In the UK, a local subsidiary agreed to plead guilty. During a hearing at London’s Westminster Magistrates’ Court, the Serious Fraud Office charged Glencore Energy (UK) Ltd with seven counts of bribery. Sentencing is set for June 21, 2022, when penalties will be imposed.

In Brazil, Glencore agreed to pay $39.6 million under a resolution with the Brazilian Federal Prosecutor’s Office.

Glencore said it expects to pay total penalties of $1.5 billion to resolve today’s U.S. and Brazil settlements and its final settlement in the UK.

Investigations by the Office of the Attorney General of Switzerland and the Dutch Public Prosecution Service are ongoing, the company said.

Last year, former Glencore trader Anthony Stimler pleaded guilty to violating the FCPA and conspiracy to commit money laundering. The DOJ alleged that from 2007 to 2018, Stimler and co-conspirators bribed Nigerian officials to obtain and retain business for Glencore.
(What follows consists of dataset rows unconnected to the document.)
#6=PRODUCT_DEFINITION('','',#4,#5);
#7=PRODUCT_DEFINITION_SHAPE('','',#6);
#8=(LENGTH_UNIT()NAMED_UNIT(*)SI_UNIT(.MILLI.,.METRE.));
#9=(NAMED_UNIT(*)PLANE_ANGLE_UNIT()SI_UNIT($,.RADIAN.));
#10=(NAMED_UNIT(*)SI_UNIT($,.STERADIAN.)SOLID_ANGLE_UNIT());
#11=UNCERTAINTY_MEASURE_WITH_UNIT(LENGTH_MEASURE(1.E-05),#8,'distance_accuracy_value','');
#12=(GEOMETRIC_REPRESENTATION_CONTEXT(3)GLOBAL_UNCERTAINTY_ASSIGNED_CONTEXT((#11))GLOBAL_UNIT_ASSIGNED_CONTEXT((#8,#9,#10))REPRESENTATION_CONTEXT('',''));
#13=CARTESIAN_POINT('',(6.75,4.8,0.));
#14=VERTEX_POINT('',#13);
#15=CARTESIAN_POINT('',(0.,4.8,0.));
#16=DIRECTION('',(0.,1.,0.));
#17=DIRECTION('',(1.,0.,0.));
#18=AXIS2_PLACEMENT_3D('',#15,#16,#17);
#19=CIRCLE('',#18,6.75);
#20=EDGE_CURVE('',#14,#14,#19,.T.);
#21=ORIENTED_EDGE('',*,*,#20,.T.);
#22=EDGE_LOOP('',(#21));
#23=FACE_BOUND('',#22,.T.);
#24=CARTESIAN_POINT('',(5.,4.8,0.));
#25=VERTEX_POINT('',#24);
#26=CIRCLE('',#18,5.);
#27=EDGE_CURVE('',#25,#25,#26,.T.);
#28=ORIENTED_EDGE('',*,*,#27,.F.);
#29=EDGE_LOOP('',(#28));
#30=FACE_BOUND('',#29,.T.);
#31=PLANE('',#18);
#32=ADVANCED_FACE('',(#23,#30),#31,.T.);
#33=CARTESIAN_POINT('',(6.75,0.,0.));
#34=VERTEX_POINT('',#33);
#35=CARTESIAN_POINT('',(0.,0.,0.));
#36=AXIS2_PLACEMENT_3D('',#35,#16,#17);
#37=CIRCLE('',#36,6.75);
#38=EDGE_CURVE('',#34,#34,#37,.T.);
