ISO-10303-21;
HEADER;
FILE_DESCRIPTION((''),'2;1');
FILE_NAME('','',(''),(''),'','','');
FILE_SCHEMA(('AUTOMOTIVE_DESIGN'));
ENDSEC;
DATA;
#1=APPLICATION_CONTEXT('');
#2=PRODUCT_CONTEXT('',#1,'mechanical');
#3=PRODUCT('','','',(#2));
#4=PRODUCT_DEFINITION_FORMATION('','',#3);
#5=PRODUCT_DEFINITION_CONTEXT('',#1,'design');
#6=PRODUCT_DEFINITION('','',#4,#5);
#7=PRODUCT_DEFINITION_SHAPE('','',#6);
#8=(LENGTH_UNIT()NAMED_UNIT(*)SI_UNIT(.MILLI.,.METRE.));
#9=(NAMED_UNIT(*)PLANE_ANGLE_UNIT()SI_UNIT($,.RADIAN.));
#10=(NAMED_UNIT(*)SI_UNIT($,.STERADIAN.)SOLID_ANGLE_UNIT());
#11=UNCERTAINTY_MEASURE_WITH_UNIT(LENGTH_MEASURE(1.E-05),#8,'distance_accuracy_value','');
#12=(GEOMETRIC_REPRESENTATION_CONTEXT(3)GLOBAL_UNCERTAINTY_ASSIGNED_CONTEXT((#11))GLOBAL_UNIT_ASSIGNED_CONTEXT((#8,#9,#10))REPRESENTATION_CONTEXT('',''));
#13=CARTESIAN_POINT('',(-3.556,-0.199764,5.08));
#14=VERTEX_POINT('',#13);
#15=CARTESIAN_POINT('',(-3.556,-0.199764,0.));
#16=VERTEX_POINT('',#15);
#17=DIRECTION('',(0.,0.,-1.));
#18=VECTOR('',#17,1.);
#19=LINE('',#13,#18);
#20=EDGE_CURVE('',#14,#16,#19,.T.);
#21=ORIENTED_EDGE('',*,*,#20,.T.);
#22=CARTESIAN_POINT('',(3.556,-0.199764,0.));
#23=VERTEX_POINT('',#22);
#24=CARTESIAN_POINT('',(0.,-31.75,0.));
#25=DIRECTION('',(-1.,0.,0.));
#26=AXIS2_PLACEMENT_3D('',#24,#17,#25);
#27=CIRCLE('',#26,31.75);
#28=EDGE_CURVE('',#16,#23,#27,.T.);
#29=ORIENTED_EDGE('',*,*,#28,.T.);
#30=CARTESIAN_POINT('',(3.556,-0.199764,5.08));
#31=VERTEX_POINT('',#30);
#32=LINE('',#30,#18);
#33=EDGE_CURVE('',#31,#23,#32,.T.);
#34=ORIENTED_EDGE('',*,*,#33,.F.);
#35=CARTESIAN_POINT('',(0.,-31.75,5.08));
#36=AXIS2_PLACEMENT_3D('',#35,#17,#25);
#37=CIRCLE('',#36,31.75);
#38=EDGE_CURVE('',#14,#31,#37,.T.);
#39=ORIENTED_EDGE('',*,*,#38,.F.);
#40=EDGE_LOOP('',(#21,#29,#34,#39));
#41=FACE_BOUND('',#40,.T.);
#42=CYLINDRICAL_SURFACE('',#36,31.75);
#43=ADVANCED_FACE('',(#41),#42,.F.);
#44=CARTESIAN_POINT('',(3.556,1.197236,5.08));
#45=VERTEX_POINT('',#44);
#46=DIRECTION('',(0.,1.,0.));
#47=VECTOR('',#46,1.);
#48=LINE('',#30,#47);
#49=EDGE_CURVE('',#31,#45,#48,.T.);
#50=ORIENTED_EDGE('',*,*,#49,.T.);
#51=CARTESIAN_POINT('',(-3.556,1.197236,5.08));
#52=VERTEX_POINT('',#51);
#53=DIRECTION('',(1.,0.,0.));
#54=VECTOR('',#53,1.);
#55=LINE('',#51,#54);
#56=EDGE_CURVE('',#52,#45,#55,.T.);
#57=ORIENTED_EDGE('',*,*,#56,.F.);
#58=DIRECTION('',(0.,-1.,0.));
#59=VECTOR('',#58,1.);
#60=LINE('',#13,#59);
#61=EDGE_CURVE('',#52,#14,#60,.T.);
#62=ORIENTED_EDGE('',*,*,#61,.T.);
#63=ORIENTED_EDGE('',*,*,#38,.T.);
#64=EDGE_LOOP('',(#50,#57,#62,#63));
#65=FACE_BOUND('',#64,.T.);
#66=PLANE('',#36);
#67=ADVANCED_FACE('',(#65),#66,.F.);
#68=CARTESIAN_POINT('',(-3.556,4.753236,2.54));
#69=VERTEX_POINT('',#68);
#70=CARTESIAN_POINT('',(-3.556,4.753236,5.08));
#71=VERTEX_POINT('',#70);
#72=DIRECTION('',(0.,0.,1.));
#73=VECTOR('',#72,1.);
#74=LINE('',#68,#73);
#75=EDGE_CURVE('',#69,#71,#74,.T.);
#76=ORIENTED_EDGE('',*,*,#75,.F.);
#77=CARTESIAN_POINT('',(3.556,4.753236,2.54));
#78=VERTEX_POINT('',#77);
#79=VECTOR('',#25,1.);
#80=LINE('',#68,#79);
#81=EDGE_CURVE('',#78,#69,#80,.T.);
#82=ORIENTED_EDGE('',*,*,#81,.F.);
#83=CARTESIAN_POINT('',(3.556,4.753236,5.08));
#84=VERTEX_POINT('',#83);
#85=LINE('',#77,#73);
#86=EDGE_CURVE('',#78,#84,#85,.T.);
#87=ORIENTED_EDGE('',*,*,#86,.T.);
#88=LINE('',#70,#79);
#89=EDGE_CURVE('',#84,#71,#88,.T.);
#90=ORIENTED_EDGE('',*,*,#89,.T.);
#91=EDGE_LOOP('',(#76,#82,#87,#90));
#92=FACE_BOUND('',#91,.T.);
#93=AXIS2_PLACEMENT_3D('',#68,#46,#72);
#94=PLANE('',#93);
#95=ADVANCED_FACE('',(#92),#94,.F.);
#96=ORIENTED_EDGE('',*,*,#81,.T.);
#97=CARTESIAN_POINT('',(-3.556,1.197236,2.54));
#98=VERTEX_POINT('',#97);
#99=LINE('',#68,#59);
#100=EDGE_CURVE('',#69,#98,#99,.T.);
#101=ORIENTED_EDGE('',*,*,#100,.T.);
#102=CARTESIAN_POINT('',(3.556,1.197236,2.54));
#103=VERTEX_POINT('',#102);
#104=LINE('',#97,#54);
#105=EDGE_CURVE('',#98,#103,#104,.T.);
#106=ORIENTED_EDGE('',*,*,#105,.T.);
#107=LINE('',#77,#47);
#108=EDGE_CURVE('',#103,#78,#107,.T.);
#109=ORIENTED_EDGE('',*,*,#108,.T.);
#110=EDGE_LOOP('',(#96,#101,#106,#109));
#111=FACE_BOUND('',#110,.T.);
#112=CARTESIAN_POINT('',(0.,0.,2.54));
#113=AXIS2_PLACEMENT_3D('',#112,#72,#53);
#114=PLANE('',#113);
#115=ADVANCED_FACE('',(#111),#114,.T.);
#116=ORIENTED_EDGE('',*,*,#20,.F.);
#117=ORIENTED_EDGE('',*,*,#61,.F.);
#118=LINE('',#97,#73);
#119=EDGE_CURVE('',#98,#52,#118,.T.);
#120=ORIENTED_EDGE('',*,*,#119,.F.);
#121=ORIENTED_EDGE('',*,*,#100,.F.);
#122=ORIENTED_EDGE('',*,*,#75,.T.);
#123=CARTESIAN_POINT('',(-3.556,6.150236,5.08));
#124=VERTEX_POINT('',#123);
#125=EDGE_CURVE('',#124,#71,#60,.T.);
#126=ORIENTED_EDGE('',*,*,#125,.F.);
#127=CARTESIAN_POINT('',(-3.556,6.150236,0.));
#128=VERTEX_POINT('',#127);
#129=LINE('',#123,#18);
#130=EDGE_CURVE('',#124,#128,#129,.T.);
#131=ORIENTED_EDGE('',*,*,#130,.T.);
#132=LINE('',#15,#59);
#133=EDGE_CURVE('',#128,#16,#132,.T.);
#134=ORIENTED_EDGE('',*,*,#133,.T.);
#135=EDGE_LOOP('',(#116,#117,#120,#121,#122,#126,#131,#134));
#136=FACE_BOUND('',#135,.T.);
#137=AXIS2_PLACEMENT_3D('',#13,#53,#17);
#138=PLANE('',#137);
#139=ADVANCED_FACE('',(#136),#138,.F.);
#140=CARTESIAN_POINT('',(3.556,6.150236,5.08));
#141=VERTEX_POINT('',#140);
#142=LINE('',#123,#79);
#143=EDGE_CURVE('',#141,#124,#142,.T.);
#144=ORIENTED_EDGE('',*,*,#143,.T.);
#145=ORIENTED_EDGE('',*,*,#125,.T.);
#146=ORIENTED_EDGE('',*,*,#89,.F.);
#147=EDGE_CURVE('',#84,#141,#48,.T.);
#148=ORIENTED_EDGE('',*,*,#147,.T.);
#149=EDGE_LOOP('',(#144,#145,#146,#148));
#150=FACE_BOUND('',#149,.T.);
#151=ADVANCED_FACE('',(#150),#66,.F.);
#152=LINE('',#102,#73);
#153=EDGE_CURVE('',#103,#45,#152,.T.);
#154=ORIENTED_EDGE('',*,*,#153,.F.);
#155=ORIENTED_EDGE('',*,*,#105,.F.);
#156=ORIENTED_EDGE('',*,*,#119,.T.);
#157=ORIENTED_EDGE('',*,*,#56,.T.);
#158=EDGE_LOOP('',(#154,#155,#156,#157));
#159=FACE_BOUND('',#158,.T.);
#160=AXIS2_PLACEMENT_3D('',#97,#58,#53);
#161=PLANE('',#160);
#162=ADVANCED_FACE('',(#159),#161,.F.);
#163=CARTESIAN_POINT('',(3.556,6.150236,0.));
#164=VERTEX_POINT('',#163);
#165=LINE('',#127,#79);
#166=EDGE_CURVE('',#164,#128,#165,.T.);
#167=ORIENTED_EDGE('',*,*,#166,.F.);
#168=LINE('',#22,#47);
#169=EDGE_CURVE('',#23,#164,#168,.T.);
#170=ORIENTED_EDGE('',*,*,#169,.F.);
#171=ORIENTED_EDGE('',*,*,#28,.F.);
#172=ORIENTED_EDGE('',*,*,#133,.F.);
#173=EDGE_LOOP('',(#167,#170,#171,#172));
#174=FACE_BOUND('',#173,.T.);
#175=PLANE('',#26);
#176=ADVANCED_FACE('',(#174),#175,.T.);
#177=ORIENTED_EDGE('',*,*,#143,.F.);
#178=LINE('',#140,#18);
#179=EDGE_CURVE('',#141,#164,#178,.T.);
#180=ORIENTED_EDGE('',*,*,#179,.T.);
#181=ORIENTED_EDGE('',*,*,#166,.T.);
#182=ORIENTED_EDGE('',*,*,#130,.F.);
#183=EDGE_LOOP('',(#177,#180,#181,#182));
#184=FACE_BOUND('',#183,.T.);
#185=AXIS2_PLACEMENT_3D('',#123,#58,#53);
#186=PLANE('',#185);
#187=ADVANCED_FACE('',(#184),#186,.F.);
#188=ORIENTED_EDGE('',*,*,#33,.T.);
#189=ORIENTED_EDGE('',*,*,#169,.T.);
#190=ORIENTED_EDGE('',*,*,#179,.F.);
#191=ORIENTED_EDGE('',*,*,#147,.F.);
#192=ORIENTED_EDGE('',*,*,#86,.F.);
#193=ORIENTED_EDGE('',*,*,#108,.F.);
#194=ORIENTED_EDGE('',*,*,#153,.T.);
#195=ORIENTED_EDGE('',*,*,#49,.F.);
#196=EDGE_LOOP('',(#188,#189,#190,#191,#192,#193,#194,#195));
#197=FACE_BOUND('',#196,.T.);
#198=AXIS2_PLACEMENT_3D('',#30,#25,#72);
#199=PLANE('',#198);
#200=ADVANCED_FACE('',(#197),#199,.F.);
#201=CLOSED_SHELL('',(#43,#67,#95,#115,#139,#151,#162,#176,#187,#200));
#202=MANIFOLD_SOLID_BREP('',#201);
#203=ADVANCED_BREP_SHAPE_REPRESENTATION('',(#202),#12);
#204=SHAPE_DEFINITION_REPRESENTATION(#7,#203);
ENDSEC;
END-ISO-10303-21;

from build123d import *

# Parameters (mm, degrees)
BOSS_EXTRUDE1_DEPTH = 5.08
SKETCH2_W           = 7.112
SKETCH2_H           = 3.556
CUT_EXTRUDE1_DEPTH  = 2.54


with BuildPart() as part:
    # Sketch1 → Boss-Extrude1 (new body)
    with BuildSketch(Plane.XY):
        with BuildLine():
            Line((-3.556, -0.199764438), (-3.556, 6.150235562))
            Line((-3.556, 6.150235562), (3.556, 6.150235562))
            Line((3.556, 6.150235562), (3.556, -0.199764438))
            ThreePointArc((3.556, -0.199764438), (0, 0), (-3.556, -0.199764438))
        make_face()
    extrude(amount=BOSS_EXTRUDE1_DEPTH)

    # Sketch2 → Cut-Extrude1 (cut)
    with BuildSketch(Plane.XY.offset(5.08)):
        with Locations((0, 2.975235562)):
            Rectangle(SKETCH2_W, SKETCH2_H)
    extrude(amount=-CUT_EXTRUDE1_DEPTH, mode=Mode.SUBTRACT)


solid = part.part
They used “inflated and fraudulent invoices to disguise the nature and purpose of bribe payments made to government officials,” the DOJ said in Stimler’s criminal information.

Glencore first disclosed the investigation into FCPA-related offenses in early July 2018, according to data from FCPA Tracker. The company said then a subsidiary received a subpoena from the DOJ “to produce documents and other records with respect to compliance with the Foreign Corrupt Practices Act and United States money laundering statutes.”

The DOJ said Tuesday Glencore’s conduct “involved high-level employees and agents of the company.”

According to the DOJ, Glencore did not receive full cooperation and remediation credit because it “did not consistently demonstrate a commitment to full cooperation, it delayed producing relevant evidence, and it did not timely and appropriately remediate with respect to disciplining certain employees involved in the misconduct.”

On Tuesday, Glencore CEO Gary Nagle said, “We acknowledge the misconduct identified in these investigations and have cooperated with the authorities.” He said the company has taken “significant action towards building and implementing a world-class ethics and compliance program.”

Glencore’s FCPA resolution is the tenth-largest ever (according to our calculations), replacing Société Générale S.A. on the FCPA Blog top ten. The French bank paid $585 million in 2018. 

Glencore operates about 150 mining, metallurgical, and oil production facilities worldwide. It has around 135,000 employees and contractors and about $200 billion in annual revenues.